El frijol, por su parte, despierta importancia debido a su diversidad y su papel como alimento básico en muchas dietas. A medida que la agricultura se industrializó en el pasado siglo, se priorizaron variedades de alto rendimiento, lo que llevó a la pérdida de diversidad.

El banco 'Semillas del Futuro', gestionado por el Centro Internacional de Agricultura Tropical (CIAT) y la Alianza de Bioversity International, se encuentra en la ciudad de Palmira, cerca de Cali, en el Pacífico colombiano.

Paradójicamente este resguardo ha venido a institucionalizar un quehacer que los campesinos y los indígenas han ejercido desde tiempos remotos pero que hasta hoy parece importarnos.

“Las comunidades rurales han conservado la diversidad y eso es lo que debemos mantener. Será la solución cuando la situación se ponga crítica”, dice Eduardo Martínez, agrónomo y propietario del reconocido restaurante Minimal, en Bogotá, quien lidera en su restaurante un proceso  de producción de alimentos sostenible ambiental, social y económicamente, con comunidades amazónicas y del pacífico colombiano.

Hoy más que nunca, la situación exige que recobremos nuestras prácticas comunitarias y ancestrales de la mano del conocimiento científico y la política pública para adaptarnos a la nueva realidad climática.

Pensando bajo la Lluvia

Carlos Toto Sánchez, investigador gastronómico y profesor en la Universidad de la Sabana, destaca que la pérdida de soberanía y seguridad alimentaria equivale a una pérdida de identidad y, con ello, de cultura.

La relación intrínseca entre territorio y alimentación forma parte de nuestra esencia. La comida no solo nutre nuestro cuerpo, sino que también educa, regula las relaciones humanas y fomenta la comunidad, ya que la mayoría de nuestros platos tradicionales están diseñados para compartir, no para ser consumidos en soledad. Como señala Sánchez, "la comida es un pilar fundamental de la cultura de cualquier comunidad y está íntimamente vinculada a su territorio y su historia. Por lo tanto, perder un producto es perder parte de la identidad y la historia".

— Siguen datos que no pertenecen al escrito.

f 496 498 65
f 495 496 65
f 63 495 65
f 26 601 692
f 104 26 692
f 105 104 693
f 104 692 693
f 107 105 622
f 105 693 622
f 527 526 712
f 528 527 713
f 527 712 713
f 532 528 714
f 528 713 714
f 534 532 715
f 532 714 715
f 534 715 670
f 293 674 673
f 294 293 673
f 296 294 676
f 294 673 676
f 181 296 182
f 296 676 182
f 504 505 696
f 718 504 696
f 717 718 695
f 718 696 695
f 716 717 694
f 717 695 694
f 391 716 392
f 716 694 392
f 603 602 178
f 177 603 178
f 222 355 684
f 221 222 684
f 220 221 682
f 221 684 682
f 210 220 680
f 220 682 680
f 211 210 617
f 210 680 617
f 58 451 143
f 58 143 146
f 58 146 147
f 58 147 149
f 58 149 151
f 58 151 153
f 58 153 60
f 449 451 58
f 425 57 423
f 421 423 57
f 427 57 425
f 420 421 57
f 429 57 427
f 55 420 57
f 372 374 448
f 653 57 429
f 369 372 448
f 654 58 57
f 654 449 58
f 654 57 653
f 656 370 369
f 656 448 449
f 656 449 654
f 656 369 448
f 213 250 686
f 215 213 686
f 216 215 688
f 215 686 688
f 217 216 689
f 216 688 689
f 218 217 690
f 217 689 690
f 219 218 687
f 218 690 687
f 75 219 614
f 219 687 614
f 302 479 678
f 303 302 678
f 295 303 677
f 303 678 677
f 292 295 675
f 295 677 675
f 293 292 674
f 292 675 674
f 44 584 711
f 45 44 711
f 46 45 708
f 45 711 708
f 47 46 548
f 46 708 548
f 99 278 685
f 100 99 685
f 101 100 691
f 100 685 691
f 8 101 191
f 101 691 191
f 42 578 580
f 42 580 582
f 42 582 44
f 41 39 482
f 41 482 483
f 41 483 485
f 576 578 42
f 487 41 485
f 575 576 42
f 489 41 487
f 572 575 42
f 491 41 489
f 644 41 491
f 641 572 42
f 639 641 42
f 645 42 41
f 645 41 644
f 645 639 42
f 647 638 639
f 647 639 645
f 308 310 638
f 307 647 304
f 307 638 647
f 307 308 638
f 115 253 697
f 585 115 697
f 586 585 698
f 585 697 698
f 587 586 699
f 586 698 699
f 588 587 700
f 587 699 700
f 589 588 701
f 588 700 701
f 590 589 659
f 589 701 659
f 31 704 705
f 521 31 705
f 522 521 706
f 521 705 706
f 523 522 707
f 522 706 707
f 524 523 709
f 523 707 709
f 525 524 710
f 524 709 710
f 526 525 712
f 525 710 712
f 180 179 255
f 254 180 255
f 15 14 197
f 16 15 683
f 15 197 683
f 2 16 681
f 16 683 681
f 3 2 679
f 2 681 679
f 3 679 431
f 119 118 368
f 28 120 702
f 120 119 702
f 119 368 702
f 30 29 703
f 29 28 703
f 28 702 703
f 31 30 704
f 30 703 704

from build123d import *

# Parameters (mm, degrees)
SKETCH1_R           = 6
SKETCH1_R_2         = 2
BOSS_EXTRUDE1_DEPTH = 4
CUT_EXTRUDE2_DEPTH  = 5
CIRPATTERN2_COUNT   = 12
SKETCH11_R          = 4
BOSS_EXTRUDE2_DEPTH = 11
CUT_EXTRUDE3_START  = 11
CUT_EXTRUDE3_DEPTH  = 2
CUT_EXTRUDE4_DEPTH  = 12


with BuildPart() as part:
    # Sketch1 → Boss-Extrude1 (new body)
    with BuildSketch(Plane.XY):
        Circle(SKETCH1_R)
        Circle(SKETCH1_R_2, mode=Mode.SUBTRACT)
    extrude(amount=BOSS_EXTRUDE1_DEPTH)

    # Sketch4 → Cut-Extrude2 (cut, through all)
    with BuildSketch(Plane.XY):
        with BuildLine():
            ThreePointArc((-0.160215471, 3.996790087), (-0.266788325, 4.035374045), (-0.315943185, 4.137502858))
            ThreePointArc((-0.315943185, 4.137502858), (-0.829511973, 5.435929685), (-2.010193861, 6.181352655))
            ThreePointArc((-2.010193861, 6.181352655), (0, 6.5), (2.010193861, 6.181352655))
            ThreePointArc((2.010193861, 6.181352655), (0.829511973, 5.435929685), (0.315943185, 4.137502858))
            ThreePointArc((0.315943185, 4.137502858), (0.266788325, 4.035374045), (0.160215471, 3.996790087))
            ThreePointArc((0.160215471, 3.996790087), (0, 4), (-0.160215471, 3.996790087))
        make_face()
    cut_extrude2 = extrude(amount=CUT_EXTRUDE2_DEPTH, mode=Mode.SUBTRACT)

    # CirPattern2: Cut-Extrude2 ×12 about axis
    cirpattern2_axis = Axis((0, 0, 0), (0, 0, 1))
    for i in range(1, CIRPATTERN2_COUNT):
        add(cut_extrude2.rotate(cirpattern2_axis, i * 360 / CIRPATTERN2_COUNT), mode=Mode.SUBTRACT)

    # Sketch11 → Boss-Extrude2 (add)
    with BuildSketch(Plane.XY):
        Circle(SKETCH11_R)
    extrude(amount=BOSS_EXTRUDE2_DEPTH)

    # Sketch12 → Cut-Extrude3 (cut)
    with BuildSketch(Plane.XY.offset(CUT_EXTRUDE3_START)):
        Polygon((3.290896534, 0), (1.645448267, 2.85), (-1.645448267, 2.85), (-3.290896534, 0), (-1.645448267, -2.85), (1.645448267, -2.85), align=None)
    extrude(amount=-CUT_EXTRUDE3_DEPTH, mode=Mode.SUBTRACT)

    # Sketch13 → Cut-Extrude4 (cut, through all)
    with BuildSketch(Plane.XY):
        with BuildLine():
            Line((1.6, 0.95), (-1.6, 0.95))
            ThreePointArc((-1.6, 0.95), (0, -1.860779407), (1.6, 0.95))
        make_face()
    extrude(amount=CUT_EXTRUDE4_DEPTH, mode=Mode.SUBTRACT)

Luis Vidal complementa este punto, explicando cómo la comida tradicional se conecta con el paisaje circundante y nuestras raíces culturales. La tradición de consumir "un claro de maíz" (una preparación líquida) en una "totuma" resalta la importancia del vínculo con las generaciones pasadas y nuestra historia: “A través del maíz nos integramos con el territorio”,  dice el antropólogo y profesor de la Universidad de Antioquia.

El cambio climático ha desorientado a los agricultores, que enfrentan cambios impredecibles en los patrones de lluvia y otros eventos climáticos extremos. Como resultado, muchos están abandonando la agricultura. Vidal señala que "cambiamos el clima y los ciclos de reproducción de los animales, las floraciones y la polinización por insectos. Cambiamos el clima, y este terminó cambiandonos a nosotros".

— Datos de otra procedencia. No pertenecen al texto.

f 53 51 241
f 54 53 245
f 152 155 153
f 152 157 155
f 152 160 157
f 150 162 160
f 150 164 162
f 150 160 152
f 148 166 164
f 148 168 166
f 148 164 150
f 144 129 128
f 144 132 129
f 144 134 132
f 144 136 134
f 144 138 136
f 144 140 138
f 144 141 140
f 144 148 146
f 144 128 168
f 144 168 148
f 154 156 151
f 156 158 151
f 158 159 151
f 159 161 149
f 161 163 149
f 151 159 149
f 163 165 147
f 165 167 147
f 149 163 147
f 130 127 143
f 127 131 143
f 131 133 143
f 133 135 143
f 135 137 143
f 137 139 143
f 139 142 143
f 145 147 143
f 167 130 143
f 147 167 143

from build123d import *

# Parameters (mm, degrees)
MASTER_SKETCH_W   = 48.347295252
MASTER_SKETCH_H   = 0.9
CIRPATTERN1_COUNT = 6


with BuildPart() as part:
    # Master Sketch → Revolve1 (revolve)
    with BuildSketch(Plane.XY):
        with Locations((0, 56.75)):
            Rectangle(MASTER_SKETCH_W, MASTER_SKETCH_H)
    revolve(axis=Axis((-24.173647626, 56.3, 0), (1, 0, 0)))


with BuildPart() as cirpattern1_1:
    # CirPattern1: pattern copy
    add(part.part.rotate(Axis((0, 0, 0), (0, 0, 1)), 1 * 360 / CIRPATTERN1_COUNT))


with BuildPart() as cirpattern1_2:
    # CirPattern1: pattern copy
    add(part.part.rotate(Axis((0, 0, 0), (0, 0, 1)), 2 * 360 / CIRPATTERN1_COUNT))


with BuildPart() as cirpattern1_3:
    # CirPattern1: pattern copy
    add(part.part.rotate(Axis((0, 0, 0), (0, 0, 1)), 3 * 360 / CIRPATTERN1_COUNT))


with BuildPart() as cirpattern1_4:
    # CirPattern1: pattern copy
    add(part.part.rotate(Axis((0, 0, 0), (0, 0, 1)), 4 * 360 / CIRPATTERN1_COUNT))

VENEZUELA: Los efectos del cambio climático se exacerban con la inacción gubernamental

ArepasVenezuela

¿Un desayuno sin arepas? ¿Un pabellón incompleto? ¿Ir a la playa y no encontrar el pescado de siempre? Las proyecciones mundiales sobre el aumento de temperaturas y cambio de patrones de las precipitaciones no son favorables para el trópico, del que hace parte Venezuela. Estudios locales estiman que en los próximos años caerá la producción de arroz y maíz, entre otros cultivos; paralelamente, un coral invasor aleja a las especies marinas de la costa y disminuye considerablemente la pesca. Ante un escenario donde el Estado no toma medidas de forma oportuna, las consecuencias podrían modificar nuestras dinámicas alimentarias, sociales y económicas en un futuro no tan lejano.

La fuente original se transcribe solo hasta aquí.